I set up a simulator that simulates 250 pull requests coming in following a Poisson process, with an additional gamma-distributed delay to simulate review. This means pull requests arrive roughly in order of ascending id, but not exactly. There is no seasonality (e.g. only generating pull requests during office hours), but still, this should give us a rough idea of how strategies behave under various loads. I assume that 85% of the pull requests will succeed to build, and there are no flaky builds.

^{1 This was not obvious to me at first, I thought its goal should be to maximize the number of pull requests merged per build. But if you have some pull requests that are likely bad, maximizing the number of pull requests merged means you should prefer extending master over confirming that these pull requests are bad, and they spend a long time waiting.}

Regimes

We have pull requests coming in at a certain rate, say r_p, and we can test pull requests at a certain rate, say r_t. We have r_t = j / t_b, where j is the number of parallel builds we can do, and t_b is the average time per build. Define r_p = r_t as the critical point. We can distinguish two regimes:

Subcritical, r_p < r_t. On average, we have more capacity to build than pull requests coming in, so no long-term backlog should build up.

Supercritical, r_p > r_t. On average, we have more pull requests coming in than we can build, so unless we build multiple pull requests per build, we don’t even have any hope of clearing the backlog.

In the plots below, I indicate the criticality, defined as r_p / r_t. As we get closer to a criticality of 1.0, backlogs start to grow, and eventually grow without bound. This happens even before the critical point, because if we were briefly unlucky over some time window and more pull requests arrived than we could build, then after that, the backlog does not shrink on average. With parallel builds this happens sooner, because parallel builds are speculative: a failed build can invalidate other in-progress builds, which reduces the effective r_t.

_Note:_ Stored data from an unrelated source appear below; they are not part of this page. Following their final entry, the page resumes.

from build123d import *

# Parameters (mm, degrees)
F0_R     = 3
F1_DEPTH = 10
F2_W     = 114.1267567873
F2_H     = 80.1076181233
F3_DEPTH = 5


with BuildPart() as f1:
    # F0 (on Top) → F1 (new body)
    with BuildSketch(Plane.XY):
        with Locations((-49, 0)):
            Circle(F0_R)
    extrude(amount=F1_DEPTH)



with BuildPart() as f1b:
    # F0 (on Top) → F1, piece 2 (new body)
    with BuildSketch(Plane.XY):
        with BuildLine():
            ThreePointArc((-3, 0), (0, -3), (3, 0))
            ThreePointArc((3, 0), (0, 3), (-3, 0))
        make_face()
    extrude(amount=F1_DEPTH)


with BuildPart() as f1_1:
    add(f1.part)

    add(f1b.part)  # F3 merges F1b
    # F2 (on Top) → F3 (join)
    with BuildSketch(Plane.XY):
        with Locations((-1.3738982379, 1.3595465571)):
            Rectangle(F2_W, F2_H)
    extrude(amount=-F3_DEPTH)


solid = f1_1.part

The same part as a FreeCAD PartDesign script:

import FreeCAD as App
import Part
import Sketcher
from FreeCAD import Vector
Q = App.Units.Quantity

doc = App.newDocument("Part")
params = doc.addObject("Spreadsheet::Sheet", "Params")
for row, (alias, value) in enumerate([
    ("sketch1_diameter", "6 mm"),
    ("pad1_length", "10 mm"),
    ("sketch2_diameter", "6 mm"),
    ("pad2_length", "10 mm"),
    ("pad3_length", "5 mm"),
], start=1):
    params.set(f"A{row}", alias)
    params.set(f"B{row}", "=" + value)
    params.setAlias(f"B{row}", alias)

body = doc.addObject("PartDesign::Body", "Body")

sketch1 = body.newObject("Sketcher::SketchObject", "Sketch")
sketch1.AttachmentSupport = (doc.getObject("XY_Plane"), [""])
sketch1.MapMode = "FlatFace"
sketch1.addGeometry(Part.Circle(Vector(-49, 0, 0), Vector(0, 0, 1), 3), False)
sketch1.addConstraint(Sketcher.Constraint("PointOnObject", 0, 3, -1))
sketch1.addConstraint(Sketcher.Constraint("Diameter", 0, Q("6 mm")))
sketch1.addConstraint(Sketcher.Constraint("DistanceX", 0, 3, -1, 1, Q("49 mm")))
sketch1.setExpression("Constraints[1]", "Params.sketch1_diameter")
pad1 = body.newObject("PartDesign::Pad", "Pad")
pad1.Profile = sketch1
pad1.setExpression("Length", "Params.pad1_length")
body2 = doc.addObject("PartDesign::Body", "Body001")

sketch2 = body2.newObject("Sketcher::SketchObject", "Sketch001")
sketch2.AttachmentSupport = (doc.getObject("XY_Plane001"), [""])
sketch2.MapMode = "FlatFace"
sketch2.addGeometry(Part.Circle(Vector(0, 0, 0), Vector(0, 0, 1), 3), False)
sketch2.addConstraint(Sketcher.Constraint("Coincident", 0, 3, -1, 1))
sketch2.addConstraint(Sketcher.Constraint("Diameter", 0, Q("6 mm")))
sketch2.setExpression("Constraints[1]", "Params.sketch2_diameter")
pad2 = body2.newObject("PartDesign::Pad", "Pad001")
pad2.Profile = sketch2
pad2.setExpression("Length", "Params.pad2_length")
body.AllowCompound = True
doc.recompute()

boolean = body.newObject("PartDesign::Boolean", "Boolean")
boolean.Type = "Fuse"
boolean.addObjects([body2])

sketch3 = body.newObject("Sketcher::SketchObject", "Sketch002")
sketch3.AttachmentSupport = (doc.getObject("XY_Plane"), [""])
sketch3.MapMode = "FlatFace"
sketch3.addGeometry(Part.LineSegment(Vector(-58, 41, 0), Vector(-58, -39, 0)), False)
sketch3.addGeometry(Part.LineSegment(Vector(-58, -39, 0), Vector(56, -39, 0)), False)
sketch3.addGeometry(Part.LineSegment(Vector(56, -39, 0), Vector(56, 41, 0)), False)
sketch3.addGeometry(Part.LineSegment(Vector(56, 41, 0), Vector(-58, 41, 0)), False)
sketch3.addConstraint(Sketcher.Constraint("Coincident", 0, 2, 1, 1))
sketch3.addConstraint(Sketcher.Constraint("Coincident", 1, 2, 2, 1))
sketch3.addConstraint(Sketcher.Constraint("Coincident", 2, 2, 3, 1))
sketch3.addConstraint(Sketcher.Constraint("Coincident", 3, 2, 0, 1))
sketch3.addConstraint(Sketcher.Constraint("Vertical", 0))
sketch3.addConstraint(Sketcher.Constraint("Horizontal", 1))
sketch3.addConstraint(Sketcher.Constraint("Vertical", 2))
sketch3.addConstraint(Sketcher.Constraint("Horizontal", 3))
sketch3.addConstraint(Sketcher.Constraint("DistanceY", 0, 2, 0, 1, Q("80.107618 mm")))
sketch3.addConstraint(Sketcher.Constraint("DistanceX", 1, 1, 1, 2, Q("114.126757 mm")))
sketch3.addConstraint(Sketcher.Constraint("DistanceX", -1, 1, 1, 2, Q("55.68948 mm")))
sketch3.addConstraint(Sketcher.Constraint("DistanceY", 0, 2, -1, 1, Q("38.694263 mm")))
pad3 = body.newObject("PartDesign::Pad", "Pad002")
pad3.Profile = sketch3
pad3.setExpression("Length", "Params.pad3_length")
pad3.Reversed = True

doc.recompute()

In the supercritical regime, it is a bit tricky to talk about the wait time distribution, because most pull requests do not get merged at all, so the longer you would run the simulation, the wider the tail of the distribution would grow. In some cases the wait time grows without bound over time, but for some strategies we can still conclude some useful things.

Strategies

A strategy determines what Hoff will build next, and in the case of parallelism, on top of what.

Sequential

Classic — This is the strategy that Hoff originally used: build the pull request with the lowest id first.

Fifo — This is the strategy that Hoff uses since #25: build the least-recently approved pull request first.

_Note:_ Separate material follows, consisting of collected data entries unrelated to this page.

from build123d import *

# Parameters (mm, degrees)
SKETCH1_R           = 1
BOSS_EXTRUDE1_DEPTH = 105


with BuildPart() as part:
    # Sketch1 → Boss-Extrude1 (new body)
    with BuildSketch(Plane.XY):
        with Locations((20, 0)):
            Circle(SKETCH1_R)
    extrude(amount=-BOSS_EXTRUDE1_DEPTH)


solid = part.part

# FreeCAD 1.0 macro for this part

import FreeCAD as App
import Part
import Sketcher
from FreeCAD import Vector

doc = App.newDocument("Part")
body = doc.addObject("PartDesign::Body", "Body")

# Sketch on XY plane
sketch1 = body.newObject("Sketcher::SketchObject", "Sketch")
sketch1.AttachmentSupport = (doc.getObject("XY_Plane"), [""])
sketch1.MapMode = "FlatFace"
sketch1.addGeometry(Part.Circle(Vector(20, 0, 0), Vector(0, 0, 1), 1), False)
sketch1.addConstraint([
    Sketcher.Constraint("PointOnObject", 0, 3, -1),
    Sketcher.Constraint("Diameter", 0, 2.0),
    Sketcher.Constraint("DistanceX", -1, 1, 0, 3, 20.0),
])
pad1 = body.newObject("PartDesign::Pad", "Pad")
pad1.Profile = sketch1
pad1.Length = 105
pad1.Reversed = True

doc.recompute()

Lifo — Build the most-recently approved pull request first.

Bayesian — What I proposed in https://github.com/channable/hoff/issues/77#issuecomment-1179430191: minimize the expected wait time, based on an estimated is-good probability per pull request.

Of these, classic, fifo, and lifo all build a single pull request per build, while Bayesian can build “rollups” of multiple pull requests. Typically humans consider classic and fifo more or less “fair”, and lifo very unfair. Lifo has desirable properties in the supercritical regime though, but it wouldn’t be practical because it can easily be gamed by closing and re-approving a pull request. Bayesian is a little under-specified: when multiple pull requests have the same is-good probability, it needs to break ties in some order. I opted for classic (by lowest pull request id) in this case.

Parallel

Classic, fifo, and lifo can all be extended to parallel builds using optimistic speculation. They assume that the build which is in progress will succeed, and then apply the original strategy to determine which pull request to build next. This creates a “train” of builds. Every build only includes a single pull request more than its parent. I think the parallel extension of fifo is what @rudymatela proposes in https://github.com/channable/hoff/issues/77#issuecomment-1184294121. (It’s also what I originally thought would be the best extension to explore first, but I have since changed my mind about this, and I now think rollups are inevitable, because optimistic speculation breaks down near the critical point, and adding more parallel builds does not help, because as you speculate further ahead, the probability that the scenario will succeed goes to zero.)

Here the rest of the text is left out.